§ Your assignment
Beginning at the first line of the data, print each line exactly, stopping after the line that contains "#407=ORIENTED_EDGE('',*,*,#321,.T.);".
++++ Exercise materials
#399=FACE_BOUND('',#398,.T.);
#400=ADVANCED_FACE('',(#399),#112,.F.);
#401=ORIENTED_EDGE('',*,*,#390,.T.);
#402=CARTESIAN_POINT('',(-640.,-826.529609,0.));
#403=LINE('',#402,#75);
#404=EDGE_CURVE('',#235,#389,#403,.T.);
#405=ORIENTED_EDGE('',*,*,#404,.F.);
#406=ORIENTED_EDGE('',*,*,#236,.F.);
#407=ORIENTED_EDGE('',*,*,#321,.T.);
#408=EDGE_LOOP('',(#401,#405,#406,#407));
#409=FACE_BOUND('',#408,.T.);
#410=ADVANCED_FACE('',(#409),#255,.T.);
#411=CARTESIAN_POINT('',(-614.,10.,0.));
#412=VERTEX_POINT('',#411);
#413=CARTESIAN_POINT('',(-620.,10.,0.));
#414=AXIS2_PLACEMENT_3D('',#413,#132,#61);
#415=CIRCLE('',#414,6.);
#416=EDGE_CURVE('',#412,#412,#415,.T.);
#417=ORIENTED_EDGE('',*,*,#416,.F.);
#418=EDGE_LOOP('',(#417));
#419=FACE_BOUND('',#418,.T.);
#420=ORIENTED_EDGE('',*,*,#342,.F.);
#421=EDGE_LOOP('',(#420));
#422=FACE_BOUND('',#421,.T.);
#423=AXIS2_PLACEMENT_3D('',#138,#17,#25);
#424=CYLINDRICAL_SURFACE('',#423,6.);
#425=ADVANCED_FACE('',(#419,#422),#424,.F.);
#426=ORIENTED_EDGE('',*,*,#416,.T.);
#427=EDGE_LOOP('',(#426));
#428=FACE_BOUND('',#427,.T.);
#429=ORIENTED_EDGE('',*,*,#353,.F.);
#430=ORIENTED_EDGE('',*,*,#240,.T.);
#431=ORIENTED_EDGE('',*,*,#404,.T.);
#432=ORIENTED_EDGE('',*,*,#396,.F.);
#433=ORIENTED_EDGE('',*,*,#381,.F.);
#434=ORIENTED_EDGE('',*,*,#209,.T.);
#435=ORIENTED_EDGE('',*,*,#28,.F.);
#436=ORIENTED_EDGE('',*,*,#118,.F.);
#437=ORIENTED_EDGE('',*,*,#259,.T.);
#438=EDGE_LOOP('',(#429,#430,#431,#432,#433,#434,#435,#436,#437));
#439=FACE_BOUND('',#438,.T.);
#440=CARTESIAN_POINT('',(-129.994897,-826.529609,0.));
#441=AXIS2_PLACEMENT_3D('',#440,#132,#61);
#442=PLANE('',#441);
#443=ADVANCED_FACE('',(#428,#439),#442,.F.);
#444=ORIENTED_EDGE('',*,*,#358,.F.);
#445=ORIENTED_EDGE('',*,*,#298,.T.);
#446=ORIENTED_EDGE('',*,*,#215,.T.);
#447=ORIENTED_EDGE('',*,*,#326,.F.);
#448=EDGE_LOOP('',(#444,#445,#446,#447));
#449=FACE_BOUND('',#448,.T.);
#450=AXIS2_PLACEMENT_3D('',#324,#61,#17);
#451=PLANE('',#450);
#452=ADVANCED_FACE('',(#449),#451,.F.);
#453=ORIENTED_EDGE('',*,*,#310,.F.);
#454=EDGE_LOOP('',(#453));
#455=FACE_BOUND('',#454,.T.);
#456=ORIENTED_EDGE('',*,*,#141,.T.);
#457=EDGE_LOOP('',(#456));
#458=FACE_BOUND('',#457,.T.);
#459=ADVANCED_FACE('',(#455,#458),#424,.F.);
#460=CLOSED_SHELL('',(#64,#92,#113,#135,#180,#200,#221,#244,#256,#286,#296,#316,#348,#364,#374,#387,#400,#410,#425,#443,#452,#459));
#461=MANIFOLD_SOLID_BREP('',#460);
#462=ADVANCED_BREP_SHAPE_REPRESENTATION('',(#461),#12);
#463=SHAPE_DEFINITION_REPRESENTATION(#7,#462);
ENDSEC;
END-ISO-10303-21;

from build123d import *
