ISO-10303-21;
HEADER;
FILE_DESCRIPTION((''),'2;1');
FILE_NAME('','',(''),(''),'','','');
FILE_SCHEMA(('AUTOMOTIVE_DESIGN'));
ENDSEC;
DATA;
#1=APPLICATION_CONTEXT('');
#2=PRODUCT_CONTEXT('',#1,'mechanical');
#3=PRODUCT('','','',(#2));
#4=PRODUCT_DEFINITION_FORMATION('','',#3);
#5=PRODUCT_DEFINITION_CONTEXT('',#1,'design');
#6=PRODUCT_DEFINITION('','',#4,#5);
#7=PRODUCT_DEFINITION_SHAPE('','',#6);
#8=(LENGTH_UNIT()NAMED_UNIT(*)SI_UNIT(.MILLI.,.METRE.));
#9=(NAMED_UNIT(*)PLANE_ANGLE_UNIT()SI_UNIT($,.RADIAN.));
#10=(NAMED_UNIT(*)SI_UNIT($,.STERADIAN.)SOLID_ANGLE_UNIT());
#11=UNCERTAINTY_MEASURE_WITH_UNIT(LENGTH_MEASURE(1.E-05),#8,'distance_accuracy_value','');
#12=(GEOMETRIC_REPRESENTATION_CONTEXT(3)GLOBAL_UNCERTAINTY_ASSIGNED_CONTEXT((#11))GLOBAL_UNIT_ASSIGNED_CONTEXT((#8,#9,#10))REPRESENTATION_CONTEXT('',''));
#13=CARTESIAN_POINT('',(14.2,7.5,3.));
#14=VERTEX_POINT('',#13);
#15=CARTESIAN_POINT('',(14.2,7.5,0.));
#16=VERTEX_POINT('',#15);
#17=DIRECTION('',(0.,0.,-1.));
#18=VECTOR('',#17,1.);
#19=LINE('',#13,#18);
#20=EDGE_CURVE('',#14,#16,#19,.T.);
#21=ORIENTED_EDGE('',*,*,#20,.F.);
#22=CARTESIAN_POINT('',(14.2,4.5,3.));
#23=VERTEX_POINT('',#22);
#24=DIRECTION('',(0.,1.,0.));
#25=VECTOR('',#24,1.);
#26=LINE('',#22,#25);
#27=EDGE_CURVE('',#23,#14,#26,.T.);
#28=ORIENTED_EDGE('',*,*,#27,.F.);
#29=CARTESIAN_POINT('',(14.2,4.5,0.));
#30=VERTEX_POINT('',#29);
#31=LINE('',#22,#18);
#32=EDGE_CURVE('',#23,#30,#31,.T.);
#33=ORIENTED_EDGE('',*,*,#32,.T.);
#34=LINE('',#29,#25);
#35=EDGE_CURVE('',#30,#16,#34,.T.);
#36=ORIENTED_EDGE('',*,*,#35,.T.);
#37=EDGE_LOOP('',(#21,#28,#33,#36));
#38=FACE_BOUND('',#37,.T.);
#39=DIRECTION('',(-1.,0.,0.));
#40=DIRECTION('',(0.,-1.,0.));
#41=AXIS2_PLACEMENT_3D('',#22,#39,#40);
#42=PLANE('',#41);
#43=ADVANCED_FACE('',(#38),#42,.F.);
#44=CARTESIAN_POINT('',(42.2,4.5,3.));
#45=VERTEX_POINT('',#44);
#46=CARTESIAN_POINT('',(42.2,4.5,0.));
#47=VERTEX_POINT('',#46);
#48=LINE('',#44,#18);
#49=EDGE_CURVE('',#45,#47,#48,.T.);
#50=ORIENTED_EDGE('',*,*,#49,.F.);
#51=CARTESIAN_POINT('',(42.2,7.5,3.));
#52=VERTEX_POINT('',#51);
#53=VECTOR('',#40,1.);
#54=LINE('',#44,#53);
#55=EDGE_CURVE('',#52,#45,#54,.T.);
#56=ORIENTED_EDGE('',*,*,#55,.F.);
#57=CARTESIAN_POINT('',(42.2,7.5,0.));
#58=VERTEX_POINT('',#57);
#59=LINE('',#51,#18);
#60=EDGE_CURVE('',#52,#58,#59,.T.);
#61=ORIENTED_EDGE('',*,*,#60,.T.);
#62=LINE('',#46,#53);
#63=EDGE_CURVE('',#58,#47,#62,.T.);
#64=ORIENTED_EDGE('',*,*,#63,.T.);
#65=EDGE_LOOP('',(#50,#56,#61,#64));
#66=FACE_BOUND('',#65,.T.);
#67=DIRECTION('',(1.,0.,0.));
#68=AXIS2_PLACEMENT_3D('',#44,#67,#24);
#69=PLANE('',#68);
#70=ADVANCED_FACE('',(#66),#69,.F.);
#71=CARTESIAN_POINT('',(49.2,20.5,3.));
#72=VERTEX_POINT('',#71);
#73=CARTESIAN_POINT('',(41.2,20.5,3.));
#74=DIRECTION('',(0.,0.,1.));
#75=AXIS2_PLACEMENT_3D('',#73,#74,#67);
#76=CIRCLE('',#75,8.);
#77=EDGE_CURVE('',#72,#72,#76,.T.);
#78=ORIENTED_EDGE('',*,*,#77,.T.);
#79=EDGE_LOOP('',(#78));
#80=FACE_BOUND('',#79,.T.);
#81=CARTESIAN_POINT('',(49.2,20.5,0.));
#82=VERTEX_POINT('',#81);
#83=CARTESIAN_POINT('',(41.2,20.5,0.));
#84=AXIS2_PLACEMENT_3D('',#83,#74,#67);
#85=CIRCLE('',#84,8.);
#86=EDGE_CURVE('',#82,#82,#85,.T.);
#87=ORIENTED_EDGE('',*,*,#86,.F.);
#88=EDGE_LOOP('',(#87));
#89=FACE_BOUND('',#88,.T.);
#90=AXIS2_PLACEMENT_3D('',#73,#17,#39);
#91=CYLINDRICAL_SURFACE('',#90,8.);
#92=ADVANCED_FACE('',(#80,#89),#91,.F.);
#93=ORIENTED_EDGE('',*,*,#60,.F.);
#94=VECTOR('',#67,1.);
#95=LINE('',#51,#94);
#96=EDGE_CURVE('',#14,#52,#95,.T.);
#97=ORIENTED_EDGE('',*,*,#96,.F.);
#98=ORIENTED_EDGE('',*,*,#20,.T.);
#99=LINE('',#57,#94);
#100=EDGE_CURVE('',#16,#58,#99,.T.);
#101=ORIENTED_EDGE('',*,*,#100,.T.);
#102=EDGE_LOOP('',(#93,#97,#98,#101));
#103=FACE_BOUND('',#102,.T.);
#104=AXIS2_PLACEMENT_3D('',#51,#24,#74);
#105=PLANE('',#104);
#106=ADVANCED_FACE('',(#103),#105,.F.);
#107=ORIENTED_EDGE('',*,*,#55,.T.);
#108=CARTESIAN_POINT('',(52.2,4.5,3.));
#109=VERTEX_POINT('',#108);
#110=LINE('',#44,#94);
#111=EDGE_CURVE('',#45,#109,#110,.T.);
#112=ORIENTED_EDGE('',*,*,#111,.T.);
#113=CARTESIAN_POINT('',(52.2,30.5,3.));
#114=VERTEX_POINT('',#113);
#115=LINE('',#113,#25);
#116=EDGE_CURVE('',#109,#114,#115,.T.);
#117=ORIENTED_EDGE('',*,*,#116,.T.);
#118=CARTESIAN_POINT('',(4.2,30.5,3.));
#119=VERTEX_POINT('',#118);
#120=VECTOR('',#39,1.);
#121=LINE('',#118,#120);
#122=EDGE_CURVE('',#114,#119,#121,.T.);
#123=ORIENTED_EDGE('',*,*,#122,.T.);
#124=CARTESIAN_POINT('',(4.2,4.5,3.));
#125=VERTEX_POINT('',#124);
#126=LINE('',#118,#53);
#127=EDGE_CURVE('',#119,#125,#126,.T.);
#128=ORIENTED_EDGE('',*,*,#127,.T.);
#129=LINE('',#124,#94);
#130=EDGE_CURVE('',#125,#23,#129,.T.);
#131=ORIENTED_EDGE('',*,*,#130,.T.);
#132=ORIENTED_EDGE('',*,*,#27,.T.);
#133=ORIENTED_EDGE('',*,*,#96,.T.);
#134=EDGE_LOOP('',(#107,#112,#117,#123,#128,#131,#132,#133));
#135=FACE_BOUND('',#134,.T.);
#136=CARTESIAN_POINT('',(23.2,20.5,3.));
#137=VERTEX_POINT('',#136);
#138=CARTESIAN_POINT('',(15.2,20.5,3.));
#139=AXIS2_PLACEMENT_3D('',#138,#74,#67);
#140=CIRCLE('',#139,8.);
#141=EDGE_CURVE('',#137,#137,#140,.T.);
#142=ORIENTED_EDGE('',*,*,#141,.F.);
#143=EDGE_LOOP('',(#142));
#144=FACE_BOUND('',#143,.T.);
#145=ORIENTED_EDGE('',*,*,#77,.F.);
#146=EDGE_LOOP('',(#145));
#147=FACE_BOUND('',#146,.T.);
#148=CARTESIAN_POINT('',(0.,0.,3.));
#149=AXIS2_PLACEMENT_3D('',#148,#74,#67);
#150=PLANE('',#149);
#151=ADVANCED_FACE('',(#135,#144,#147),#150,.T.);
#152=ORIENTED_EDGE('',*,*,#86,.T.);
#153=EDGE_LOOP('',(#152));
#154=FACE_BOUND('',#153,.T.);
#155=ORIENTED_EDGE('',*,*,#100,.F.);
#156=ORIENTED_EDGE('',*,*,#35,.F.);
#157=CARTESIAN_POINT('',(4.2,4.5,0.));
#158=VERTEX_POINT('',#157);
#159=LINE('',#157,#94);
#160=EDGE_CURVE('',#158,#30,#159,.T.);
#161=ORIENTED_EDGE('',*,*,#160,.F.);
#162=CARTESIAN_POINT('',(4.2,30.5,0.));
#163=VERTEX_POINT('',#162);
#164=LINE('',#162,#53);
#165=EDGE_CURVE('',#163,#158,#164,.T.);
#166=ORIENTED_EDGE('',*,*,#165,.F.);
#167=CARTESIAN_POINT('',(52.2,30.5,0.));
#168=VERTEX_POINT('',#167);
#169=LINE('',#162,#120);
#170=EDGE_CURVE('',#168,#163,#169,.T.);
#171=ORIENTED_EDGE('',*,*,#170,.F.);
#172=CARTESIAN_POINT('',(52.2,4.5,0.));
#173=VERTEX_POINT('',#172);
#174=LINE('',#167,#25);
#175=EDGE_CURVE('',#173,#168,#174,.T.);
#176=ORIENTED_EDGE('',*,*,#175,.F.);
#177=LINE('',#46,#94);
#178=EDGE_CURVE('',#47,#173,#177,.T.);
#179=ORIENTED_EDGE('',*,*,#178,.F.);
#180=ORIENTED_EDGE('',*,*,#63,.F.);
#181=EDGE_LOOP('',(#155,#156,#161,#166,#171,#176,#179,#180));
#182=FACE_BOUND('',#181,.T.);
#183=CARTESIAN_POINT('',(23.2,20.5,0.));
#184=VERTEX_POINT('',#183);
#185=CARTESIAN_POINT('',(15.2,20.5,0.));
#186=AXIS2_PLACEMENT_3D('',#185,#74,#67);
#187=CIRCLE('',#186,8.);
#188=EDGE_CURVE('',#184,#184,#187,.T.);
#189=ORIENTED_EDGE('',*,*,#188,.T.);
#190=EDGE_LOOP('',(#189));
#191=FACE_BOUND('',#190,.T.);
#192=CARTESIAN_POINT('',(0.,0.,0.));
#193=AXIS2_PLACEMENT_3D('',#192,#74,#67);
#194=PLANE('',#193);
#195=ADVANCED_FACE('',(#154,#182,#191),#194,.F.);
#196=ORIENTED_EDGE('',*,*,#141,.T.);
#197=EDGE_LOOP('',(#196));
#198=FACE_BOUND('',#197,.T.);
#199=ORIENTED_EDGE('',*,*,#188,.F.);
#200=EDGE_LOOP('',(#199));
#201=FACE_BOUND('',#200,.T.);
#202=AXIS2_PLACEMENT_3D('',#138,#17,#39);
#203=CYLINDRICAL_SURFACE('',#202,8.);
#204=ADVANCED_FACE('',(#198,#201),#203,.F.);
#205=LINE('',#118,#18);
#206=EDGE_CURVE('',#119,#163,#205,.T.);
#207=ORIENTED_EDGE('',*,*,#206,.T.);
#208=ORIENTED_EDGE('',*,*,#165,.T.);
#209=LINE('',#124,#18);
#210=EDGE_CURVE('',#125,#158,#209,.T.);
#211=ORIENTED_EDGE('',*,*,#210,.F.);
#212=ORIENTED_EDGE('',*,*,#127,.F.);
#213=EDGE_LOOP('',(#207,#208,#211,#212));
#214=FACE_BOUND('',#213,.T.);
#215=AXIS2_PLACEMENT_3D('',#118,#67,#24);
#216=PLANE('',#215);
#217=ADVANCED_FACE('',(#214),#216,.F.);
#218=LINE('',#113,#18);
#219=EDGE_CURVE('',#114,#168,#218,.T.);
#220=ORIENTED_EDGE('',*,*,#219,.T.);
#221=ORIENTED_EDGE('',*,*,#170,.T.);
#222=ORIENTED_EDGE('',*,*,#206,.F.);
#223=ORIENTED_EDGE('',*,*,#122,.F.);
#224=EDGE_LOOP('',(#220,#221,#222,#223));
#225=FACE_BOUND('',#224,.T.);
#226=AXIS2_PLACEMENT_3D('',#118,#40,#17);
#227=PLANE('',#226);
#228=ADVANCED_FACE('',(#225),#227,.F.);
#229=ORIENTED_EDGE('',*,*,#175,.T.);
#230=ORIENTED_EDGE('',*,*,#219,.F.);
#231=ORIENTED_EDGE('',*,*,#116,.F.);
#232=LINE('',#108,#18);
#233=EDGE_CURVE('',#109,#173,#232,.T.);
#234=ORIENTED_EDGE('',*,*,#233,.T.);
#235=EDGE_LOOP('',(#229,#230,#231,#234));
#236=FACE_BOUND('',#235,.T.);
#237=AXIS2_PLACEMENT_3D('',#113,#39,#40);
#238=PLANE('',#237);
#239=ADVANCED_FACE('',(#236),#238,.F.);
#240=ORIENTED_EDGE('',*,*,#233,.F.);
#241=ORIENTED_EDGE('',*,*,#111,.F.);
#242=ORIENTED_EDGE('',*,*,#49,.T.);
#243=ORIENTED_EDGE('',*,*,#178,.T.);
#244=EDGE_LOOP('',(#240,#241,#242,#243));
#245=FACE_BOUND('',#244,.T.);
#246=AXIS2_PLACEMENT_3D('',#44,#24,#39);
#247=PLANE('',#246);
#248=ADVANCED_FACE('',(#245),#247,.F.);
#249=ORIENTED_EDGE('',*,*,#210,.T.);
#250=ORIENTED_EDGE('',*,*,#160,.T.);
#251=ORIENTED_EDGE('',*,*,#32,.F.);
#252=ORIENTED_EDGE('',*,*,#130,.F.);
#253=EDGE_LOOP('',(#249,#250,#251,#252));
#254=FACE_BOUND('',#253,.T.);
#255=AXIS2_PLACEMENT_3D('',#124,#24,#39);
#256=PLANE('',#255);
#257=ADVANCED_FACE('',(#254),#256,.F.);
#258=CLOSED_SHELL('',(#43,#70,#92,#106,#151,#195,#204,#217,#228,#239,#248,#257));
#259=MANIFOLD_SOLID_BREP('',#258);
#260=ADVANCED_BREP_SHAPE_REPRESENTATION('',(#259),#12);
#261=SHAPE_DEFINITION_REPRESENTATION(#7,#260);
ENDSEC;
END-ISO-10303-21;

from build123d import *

# Parameters (mm, degrees)
MODEL_R                 = 8
SALIENTE_EXTRUIR1_DEPTH = 3


with BuildPart() as part:
    # Model → Saliente-Extruir1 (new body)
    with BuildSketch(Plane.XY):
        Polygon((42.2, 7.5), (14.2, 7.5), (14.2, 4.5), (4.2, 4.5), (4.2, 30.5), (52.2, 30.5), (52.2, 4.5), (42.2, 4.5), align=None)
        with Locations((41.2, 20.5)):
            Circle(MODEL_R, mode=Mode.SUBTRACT)
        with Locations((15.2, 20.5)):
            Circle(MODEL_R, mode=Mode.SUBTRACT)
    extrude(amount=SALIENTE_EXTRUIR1_DEPTH)


solid = part.part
++++++++
§ Written solution
#399=FACE_BOUND('',#398,.T.);
#400=ADVANCED_FACE('',(#399),#112,.F.);
#401=ORIENTED_EDGE('',*,*,#390,.T.);
#402=CARTESIAN_POINT('',(-640.,-826.529609,0.));
#403=LINE('',#402,#75);
#404=EDGE_CURVE('',#235,#389,#403,.T.);
#405=ORIENTED_EDGE('',*,*,#404,.F.);
#406=ORIENTED_EDGE('',*,*,#236,.F.);
#407=ORIENTED_EDGE('',*,*,#321,.T.);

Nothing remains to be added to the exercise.